Over the past few years, I have found myself driven more by curiosity and the ability to expand my understanding than sticking to particular topics, but there are some recurring themes:
Models that can saturate exa-scale compute.
Unsupervised training methods to side-step expensive human supervisions, perhaps driven by curiosity.
Procedural environments to provide feedbacks so that they can improve in emergent ways.
Massively multimodal in their inputs and outputs, that goes way beyond what is familiar to us, such as text, image, audio or video.
Having witnessed, just like many of us, the possibility of misuse in deploying advanced technologies, I particularly value the role of ethics and taste in research endeavors:
The need for small, bootstrapped, personalized, and efficient models and algorithms to train them.
New methods to detect and understand automated behavior on the Internet, to understand how automation and synthetic content is disrupting and changing professional work and popular culture.
Re-imagined operating systems, mobile and embedded systems, hardware form factors, display and interactive primitives to faciliate a cooperative relationship between humans and AI.

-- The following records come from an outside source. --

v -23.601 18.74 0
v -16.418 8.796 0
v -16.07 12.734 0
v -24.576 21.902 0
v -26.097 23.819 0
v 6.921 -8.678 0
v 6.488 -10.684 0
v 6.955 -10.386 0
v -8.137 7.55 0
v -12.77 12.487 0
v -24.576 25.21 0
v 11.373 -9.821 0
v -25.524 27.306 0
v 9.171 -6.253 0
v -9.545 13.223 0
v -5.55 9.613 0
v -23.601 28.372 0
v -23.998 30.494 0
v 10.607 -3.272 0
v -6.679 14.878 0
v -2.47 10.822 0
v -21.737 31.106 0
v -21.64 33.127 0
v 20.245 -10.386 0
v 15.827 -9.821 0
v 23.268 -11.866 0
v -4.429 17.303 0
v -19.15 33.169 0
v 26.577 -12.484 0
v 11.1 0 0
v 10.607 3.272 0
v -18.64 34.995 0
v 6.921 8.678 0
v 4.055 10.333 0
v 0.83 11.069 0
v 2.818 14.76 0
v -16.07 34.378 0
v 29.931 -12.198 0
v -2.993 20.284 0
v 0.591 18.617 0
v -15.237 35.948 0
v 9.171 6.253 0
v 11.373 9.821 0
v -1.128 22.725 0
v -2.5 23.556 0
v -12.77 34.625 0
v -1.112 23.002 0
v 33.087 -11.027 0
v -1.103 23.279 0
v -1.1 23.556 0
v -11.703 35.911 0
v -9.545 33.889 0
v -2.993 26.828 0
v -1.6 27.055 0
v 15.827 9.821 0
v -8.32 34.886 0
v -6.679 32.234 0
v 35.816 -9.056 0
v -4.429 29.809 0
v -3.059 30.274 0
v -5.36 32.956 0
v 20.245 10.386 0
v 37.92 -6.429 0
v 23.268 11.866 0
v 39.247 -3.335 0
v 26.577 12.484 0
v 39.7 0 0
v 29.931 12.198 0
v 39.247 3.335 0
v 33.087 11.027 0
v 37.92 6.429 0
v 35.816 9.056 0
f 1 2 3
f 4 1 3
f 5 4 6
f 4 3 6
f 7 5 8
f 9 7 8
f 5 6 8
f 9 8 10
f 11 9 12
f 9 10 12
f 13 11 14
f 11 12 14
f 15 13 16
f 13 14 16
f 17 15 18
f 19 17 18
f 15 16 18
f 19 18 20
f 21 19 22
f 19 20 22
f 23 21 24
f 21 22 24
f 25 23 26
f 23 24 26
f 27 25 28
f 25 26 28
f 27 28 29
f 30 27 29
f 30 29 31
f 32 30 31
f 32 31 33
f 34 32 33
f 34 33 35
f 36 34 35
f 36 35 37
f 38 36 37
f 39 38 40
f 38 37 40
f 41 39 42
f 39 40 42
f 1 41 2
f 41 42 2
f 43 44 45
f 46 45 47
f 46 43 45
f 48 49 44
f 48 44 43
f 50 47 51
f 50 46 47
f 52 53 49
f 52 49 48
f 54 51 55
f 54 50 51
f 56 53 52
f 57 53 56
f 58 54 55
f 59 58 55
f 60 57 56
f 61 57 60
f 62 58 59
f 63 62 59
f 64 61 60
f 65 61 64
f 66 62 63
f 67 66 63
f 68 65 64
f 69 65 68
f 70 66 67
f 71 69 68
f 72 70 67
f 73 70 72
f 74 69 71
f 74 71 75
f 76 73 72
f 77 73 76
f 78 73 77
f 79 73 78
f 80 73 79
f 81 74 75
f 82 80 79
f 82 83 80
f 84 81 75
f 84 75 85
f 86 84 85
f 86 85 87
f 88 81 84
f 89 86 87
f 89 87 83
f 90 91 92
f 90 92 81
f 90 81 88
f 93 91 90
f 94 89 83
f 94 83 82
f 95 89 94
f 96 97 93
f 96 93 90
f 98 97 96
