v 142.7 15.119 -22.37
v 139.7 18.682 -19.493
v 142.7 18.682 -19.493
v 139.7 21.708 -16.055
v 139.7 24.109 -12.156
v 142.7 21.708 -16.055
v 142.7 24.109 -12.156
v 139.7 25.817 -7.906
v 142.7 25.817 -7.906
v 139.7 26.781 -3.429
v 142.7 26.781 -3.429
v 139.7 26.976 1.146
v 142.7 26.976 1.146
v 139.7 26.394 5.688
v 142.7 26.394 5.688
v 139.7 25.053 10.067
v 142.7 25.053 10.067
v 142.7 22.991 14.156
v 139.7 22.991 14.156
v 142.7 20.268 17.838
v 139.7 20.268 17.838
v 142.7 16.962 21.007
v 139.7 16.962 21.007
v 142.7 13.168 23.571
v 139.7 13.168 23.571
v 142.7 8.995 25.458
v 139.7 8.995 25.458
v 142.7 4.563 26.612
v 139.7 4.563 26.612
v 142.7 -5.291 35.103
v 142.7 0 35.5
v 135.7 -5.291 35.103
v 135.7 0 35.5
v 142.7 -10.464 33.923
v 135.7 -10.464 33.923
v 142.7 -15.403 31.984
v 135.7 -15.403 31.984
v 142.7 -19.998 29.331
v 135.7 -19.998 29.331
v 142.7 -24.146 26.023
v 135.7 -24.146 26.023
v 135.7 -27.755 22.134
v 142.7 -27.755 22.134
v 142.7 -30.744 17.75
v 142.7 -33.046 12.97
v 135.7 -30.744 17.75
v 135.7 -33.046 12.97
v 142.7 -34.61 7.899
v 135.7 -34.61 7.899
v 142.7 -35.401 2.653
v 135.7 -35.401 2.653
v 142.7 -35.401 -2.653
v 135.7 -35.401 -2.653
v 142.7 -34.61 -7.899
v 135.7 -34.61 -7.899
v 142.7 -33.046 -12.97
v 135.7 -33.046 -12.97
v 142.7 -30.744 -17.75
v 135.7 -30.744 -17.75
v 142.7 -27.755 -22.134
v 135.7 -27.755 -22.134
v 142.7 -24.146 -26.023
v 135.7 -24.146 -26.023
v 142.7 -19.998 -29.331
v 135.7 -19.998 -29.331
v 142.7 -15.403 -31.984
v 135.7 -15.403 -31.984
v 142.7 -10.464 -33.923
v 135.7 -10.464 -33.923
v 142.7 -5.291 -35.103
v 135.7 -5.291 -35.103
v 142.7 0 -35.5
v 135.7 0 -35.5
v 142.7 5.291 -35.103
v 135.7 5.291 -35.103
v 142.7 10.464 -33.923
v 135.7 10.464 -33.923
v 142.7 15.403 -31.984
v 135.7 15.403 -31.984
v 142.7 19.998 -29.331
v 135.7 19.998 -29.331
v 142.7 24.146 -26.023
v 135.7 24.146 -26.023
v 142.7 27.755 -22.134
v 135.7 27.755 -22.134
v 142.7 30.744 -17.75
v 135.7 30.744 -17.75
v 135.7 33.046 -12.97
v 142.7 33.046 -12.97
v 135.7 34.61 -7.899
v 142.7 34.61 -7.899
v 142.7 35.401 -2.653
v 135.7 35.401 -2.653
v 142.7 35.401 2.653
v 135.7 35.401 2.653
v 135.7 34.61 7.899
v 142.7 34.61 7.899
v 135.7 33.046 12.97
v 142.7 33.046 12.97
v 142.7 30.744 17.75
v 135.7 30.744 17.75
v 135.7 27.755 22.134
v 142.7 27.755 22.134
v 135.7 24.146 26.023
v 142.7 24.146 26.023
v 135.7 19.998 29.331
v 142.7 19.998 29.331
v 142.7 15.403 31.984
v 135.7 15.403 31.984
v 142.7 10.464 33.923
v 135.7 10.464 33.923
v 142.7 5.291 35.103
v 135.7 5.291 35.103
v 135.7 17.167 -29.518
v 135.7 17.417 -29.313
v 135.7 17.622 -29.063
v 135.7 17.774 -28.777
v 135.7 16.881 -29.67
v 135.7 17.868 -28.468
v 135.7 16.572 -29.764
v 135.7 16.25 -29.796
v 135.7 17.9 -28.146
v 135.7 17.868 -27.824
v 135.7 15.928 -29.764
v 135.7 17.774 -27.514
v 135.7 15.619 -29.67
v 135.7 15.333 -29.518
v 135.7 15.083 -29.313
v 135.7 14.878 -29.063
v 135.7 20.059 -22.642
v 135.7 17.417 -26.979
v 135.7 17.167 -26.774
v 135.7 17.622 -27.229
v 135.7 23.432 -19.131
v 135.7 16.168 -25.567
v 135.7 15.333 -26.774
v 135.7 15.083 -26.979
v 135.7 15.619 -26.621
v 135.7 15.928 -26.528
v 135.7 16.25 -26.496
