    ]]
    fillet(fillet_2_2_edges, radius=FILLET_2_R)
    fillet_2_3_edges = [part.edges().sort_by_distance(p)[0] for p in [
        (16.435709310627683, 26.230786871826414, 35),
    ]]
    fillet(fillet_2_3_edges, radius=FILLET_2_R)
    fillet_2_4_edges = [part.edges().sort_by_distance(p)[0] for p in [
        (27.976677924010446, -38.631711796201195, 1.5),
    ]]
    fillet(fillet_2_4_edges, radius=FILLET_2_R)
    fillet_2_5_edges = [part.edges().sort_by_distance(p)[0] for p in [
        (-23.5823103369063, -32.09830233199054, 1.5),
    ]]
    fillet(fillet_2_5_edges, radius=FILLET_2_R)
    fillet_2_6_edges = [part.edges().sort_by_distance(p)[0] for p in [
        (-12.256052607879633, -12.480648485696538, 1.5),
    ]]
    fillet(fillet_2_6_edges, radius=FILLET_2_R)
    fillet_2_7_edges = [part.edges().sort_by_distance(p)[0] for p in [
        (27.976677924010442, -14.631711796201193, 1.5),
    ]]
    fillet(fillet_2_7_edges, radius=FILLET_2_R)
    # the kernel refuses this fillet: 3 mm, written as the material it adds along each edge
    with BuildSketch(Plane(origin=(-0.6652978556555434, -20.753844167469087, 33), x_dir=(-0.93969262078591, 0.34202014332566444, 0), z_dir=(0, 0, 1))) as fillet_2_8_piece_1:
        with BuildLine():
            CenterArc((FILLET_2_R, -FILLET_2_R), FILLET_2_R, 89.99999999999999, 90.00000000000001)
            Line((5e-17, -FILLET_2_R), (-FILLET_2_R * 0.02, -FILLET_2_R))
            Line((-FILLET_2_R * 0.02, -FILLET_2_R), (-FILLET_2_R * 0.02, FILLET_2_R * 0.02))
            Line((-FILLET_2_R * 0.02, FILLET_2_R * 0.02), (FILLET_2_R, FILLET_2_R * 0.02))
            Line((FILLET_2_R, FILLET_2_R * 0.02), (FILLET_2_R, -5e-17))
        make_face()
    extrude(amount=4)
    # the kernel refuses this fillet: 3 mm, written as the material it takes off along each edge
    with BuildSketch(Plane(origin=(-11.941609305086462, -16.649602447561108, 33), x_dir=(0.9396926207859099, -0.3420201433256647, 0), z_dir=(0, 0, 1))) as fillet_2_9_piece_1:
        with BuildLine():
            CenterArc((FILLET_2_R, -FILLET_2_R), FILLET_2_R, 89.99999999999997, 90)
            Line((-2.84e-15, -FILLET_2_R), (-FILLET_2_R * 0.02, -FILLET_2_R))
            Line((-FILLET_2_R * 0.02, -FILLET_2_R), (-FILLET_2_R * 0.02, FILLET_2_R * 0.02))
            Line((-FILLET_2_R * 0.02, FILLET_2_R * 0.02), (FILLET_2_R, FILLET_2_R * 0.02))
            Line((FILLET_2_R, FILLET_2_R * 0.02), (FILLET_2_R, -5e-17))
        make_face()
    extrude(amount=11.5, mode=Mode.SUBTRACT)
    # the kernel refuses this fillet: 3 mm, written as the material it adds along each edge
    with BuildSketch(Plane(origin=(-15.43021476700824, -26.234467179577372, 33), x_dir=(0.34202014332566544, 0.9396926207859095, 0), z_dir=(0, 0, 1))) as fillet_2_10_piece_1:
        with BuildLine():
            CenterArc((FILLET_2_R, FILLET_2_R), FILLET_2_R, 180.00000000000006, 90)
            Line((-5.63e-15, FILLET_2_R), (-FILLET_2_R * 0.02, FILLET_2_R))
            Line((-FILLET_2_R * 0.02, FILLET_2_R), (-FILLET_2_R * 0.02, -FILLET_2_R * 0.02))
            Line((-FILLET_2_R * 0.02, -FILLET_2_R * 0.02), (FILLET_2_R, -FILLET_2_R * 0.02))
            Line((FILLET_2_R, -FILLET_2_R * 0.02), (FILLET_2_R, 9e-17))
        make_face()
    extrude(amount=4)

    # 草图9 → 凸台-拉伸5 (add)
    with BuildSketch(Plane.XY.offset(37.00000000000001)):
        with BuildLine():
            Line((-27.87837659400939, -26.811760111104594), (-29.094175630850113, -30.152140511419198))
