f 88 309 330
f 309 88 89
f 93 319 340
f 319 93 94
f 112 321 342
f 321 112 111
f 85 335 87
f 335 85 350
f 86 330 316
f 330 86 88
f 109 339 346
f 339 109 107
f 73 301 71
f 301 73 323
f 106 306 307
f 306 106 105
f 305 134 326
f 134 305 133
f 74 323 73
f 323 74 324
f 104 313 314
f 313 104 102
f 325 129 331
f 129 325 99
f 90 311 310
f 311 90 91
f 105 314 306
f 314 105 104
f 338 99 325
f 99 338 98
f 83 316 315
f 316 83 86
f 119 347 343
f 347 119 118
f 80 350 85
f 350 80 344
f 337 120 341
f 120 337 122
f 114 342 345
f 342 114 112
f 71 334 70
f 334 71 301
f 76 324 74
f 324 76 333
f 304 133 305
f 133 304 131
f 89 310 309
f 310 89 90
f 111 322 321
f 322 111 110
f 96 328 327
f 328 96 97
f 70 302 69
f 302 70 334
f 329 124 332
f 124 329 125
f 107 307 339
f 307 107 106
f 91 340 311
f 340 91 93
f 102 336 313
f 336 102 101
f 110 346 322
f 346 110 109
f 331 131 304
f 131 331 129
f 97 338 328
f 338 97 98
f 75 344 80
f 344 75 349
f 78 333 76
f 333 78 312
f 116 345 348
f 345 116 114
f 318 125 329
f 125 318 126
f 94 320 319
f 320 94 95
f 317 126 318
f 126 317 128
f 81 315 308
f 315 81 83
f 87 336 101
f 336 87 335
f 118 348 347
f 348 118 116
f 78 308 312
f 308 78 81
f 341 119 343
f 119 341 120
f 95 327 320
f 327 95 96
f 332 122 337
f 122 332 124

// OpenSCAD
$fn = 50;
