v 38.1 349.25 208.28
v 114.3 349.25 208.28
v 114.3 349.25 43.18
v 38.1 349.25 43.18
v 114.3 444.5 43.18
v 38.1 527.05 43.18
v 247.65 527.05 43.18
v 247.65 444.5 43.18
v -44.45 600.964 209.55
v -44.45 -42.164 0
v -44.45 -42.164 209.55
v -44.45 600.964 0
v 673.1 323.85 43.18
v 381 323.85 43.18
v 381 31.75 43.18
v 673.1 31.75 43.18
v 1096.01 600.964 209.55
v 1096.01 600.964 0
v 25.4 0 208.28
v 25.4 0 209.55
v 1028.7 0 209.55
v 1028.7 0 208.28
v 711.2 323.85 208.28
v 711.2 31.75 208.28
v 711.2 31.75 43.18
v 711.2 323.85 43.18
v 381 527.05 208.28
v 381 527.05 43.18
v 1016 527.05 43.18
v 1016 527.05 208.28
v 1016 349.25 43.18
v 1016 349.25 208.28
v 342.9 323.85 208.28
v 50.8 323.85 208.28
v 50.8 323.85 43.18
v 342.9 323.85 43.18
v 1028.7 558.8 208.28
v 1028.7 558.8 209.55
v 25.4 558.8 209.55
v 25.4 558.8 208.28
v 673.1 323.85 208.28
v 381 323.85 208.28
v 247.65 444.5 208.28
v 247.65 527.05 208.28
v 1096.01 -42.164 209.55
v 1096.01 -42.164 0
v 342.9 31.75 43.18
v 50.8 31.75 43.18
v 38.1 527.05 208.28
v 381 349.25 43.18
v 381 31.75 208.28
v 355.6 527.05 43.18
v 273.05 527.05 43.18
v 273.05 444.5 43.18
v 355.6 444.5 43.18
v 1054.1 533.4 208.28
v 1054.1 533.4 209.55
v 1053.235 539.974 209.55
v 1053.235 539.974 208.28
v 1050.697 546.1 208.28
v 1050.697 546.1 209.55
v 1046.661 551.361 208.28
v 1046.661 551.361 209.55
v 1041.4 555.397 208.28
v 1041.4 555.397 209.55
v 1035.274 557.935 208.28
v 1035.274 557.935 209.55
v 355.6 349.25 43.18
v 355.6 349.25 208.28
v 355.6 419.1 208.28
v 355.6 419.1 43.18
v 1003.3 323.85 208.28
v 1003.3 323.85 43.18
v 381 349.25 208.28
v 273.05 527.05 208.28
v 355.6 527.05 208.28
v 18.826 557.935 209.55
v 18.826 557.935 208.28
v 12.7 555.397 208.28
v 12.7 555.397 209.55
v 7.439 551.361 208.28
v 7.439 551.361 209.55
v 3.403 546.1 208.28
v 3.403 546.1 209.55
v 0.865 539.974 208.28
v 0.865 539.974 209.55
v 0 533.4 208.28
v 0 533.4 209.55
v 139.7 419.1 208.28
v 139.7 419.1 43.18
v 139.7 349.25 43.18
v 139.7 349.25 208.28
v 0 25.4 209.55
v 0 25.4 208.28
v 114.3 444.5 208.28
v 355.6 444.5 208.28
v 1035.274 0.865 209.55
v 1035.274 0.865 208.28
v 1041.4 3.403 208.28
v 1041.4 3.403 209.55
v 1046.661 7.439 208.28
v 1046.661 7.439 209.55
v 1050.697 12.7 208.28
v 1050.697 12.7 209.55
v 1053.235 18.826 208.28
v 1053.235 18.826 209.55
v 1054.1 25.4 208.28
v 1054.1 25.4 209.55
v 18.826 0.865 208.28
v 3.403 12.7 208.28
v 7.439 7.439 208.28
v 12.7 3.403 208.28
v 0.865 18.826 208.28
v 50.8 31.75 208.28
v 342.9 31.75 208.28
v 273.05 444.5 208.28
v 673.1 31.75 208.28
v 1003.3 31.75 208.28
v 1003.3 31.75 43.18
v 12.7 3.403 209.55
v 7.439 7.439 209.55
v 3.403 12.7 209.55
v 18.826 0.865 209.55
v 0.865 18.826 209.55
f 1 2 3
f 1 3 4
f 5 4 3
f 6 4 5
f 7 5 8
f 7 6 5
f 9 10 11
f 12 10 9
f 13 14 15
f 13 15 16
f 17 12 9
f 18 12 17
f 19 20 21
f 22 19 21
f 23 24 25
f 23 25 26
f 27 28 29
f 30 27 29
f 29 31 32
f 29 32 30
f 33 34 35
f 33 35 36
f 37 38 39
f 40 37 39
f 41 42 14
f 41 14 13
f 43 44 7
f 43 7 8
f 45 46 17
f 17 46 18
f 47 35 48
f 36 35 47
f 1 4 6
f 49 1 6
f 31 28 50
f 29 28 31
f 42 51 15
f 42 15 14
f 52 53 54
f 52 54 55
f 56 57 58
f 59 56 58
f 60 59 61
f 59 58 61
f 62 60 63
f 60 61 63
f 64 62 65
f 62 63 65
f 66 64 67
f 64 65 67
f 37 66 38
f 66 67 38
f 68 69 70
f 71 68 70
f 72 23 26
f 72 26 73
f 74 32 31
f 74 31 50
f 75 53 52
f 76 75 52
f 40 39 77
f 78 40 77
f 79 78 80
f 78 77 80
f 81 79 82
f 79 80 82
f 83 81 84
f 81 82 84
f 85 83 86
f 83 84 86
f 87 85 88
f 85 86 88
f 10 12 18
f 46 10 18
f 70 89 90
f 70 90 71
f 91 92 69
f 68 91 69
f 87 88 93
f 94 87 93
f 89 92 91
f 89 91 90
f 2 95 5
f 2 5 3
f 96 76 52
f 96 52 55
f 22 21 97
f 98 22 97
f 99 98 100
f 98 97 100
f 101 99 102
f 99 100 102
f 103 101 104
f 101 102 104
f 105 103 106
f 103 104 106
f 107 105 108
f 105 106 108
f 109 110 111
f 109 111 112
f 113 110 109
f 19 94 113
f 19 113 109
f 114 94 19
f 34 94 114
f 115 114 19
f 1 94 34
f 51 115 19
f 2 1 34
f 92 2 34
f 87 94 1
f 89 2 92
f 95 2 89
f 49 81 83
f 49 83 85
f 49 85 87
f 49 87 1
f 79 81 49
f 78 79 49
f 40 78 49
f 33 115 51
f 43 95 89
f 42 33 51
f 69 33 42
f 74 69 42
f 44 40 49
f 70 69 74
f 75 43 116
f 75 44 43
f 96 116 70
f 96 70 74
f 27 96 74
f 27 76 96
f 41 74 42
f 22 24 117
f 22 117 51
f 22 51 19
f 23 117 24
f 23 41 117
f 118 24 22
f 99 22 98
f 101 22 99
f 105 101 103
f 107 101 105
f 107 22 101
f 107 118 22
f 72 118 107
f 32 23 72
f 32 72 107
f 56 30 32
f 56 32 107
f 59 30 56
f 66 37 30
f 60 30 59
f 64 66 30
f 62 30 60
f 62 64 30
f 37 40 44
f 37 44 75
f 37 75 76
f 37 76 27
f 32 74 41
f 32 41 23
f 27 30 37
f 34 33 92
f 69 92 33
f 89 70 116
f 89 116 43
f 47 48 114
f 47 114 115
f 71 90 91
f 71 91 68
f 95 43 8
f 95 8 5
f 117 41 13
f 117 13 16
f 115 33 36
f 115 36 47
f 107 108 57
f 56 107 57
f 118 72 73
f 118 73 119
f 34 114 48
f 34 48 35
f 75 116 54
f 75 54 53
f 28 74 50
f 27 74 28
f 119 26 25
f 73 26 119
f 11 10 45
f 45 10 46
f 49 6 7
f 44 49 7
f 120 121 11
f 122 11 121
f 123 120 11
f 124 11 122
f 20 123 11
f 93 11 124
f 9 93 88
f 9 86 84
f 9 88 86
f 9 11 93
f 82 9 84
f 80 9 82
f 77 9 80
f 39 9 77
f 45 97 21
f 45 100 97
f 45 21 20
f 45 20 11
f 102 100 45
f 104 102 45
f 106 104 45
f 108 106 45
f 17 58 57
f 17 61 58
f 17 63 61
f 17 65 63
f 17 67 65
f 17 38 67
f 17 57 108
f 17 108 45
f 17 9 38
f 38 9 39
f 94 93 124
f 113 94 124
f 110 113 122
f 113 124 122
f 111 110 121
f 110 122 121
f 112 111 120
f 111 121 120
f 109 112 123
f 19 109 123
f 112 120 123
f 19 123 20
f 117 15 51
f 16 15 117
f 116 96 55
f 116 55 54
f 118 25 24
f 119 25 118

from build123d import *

# Parameters (mm, degrees)
F0_W     = 1140.46
F0_H     = 643.128
F1_DEPTH = 209.55
F3_DEPTH = 191.77
F4_W     = 977.9
F4_H     = 495.3
F5_DEPTH = 190.5
F6_DEPTH = 25.4
F7_W     = 215.9
F7_H     = 69.85
F8_DEPTH = 165.1


with BuildPart() as f1:
    # F0 (on Top) → F1 (new body)
    with BuildSketch(Plane.XY):
        with Locations((525.78, 279.4)):
            Rectangle(F0_W, F0_H)
    extrude(amount=F1_DEPTH)

    # F2 (on face) → F3 (cut)
    with BuildSketch(Plane.XY.offset(209.55)):
        with BuildLine():
            ThreePointArc((0, 25.4), (7.4394877579, 7.4394877579), (25.4, 0))
            Line((25.4, 0), (1028.7, 0))
            ThreePointArc((1028.7, 0), (1046.6605122421, 7.4394877579), (1054.1, 25.4))
            Line((1054.1, 25.4), (1054.1, 533.4))
            ThreePointArc((1054.1, 533.4), (1046.6605122421, 551.3605122421), (1028.7, 558.8))
            Line((1028.7, 558.8), (25.4, 558.8))
            ThreePointArc((25.4, 558.8), (7.4394877579, 551.3605122421), (0, 533.4))
            Line((0, 533.4), (0, 25.4))
        make_face()
    extrude(amount=-F3_DEPTH, mode=Mode.SUBTRACT)

    # F4 (on face) → F5 (join)
    with BuildSketch(Plane.XY.offset(17.78)):
        with BuildLine():
            ThreePointArc((0, 25.4), (7.4394877579, 7.4394877579), (25.4, 0))
            Line((25.4, 0), (1028.7, 0))
            ThreePointArc((1028.7, 0), (1046.6605122421, 7.4394877579), (1054.1, 25.4))
            Line((1054.1, 25.4), (1054.1, 533.4))
            ThreePointArc((1054.1, 533.4), (1046.6605122421, 551.3605122421), (1028.7, 558.8))
            Line((1028.7, 558.8), (25.4, 558.8))
            ThreePointArc((25.4, 558.8), (7.4394877579, 551.3605122421), (0, 533.4))
            Line((0, 533.4), (0, 25.4))
        make_face()
        with Locations((527.05, 279.4)):
            Rectangle(F4_W, F4_H, mode=Mode.SUBTRACT)
    extrude(amount=F5_DEPTH)

    # F6 (add): a face of the model
    f6_faces = [f1.faces().sort_by_distance(p)[0] for p in [
        (527.05, 279.4, 17.78),
    ]]
    extrude(f6_faces, amount=F6_DEPTH)

    # F7 (on face) → F8 (join)
    with BuildSketch(Plane.XY.offset(208.28)):
        Polygon((1003.3, 31.75), (1016, 31.75), (1016, 323.85), (1016, 349.25), (381, 349.25), (381, 527.05), (355.6, 527.05), (355.6, 444.5), (273.05, 444.5), (273.05, 527.05), (247.65, 527.05), (247.65, 444.5), (114.3, 444.5), (114.3, 349.25), (38.1, 349.25), (38.1, 323.85), (38.1, 31.75), (50.8, 31.75), (50.8, 323.85), (342.9, 323.85), (342.9, 31.75), (381, 31.75), (381, 323.85), (673.1, 323.85), (673.1, 31.75), (711.2, 31.75), (711.2, 323.85), (1003.3, 323.85), align=None)
        with Locations((247.65, 384.175)):
            Rectangle(F7_W, F7_H, mode=Mode.SUBTRACT)
    extrude(amount=-F8_DEPTH)


solid = f1.part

Privacy-enhancing technologies that uphold fundamental human privacy and rights against the growing, unchecked corporate powers.
Services
- Artifact Evaluation: MLSys, CGO
- Journal Review: IEEE TPAMI, IEEE TKDE
- Conference Review: NeurIPS, LoG, AISTATS, ICML, ICLR, ACL
A small caveat
- I publish under both Liao Peiyuan and Peiyuan Liao, though I prefer the former since (Peiyuan, 2024) is much more informative than (Liao, 2024).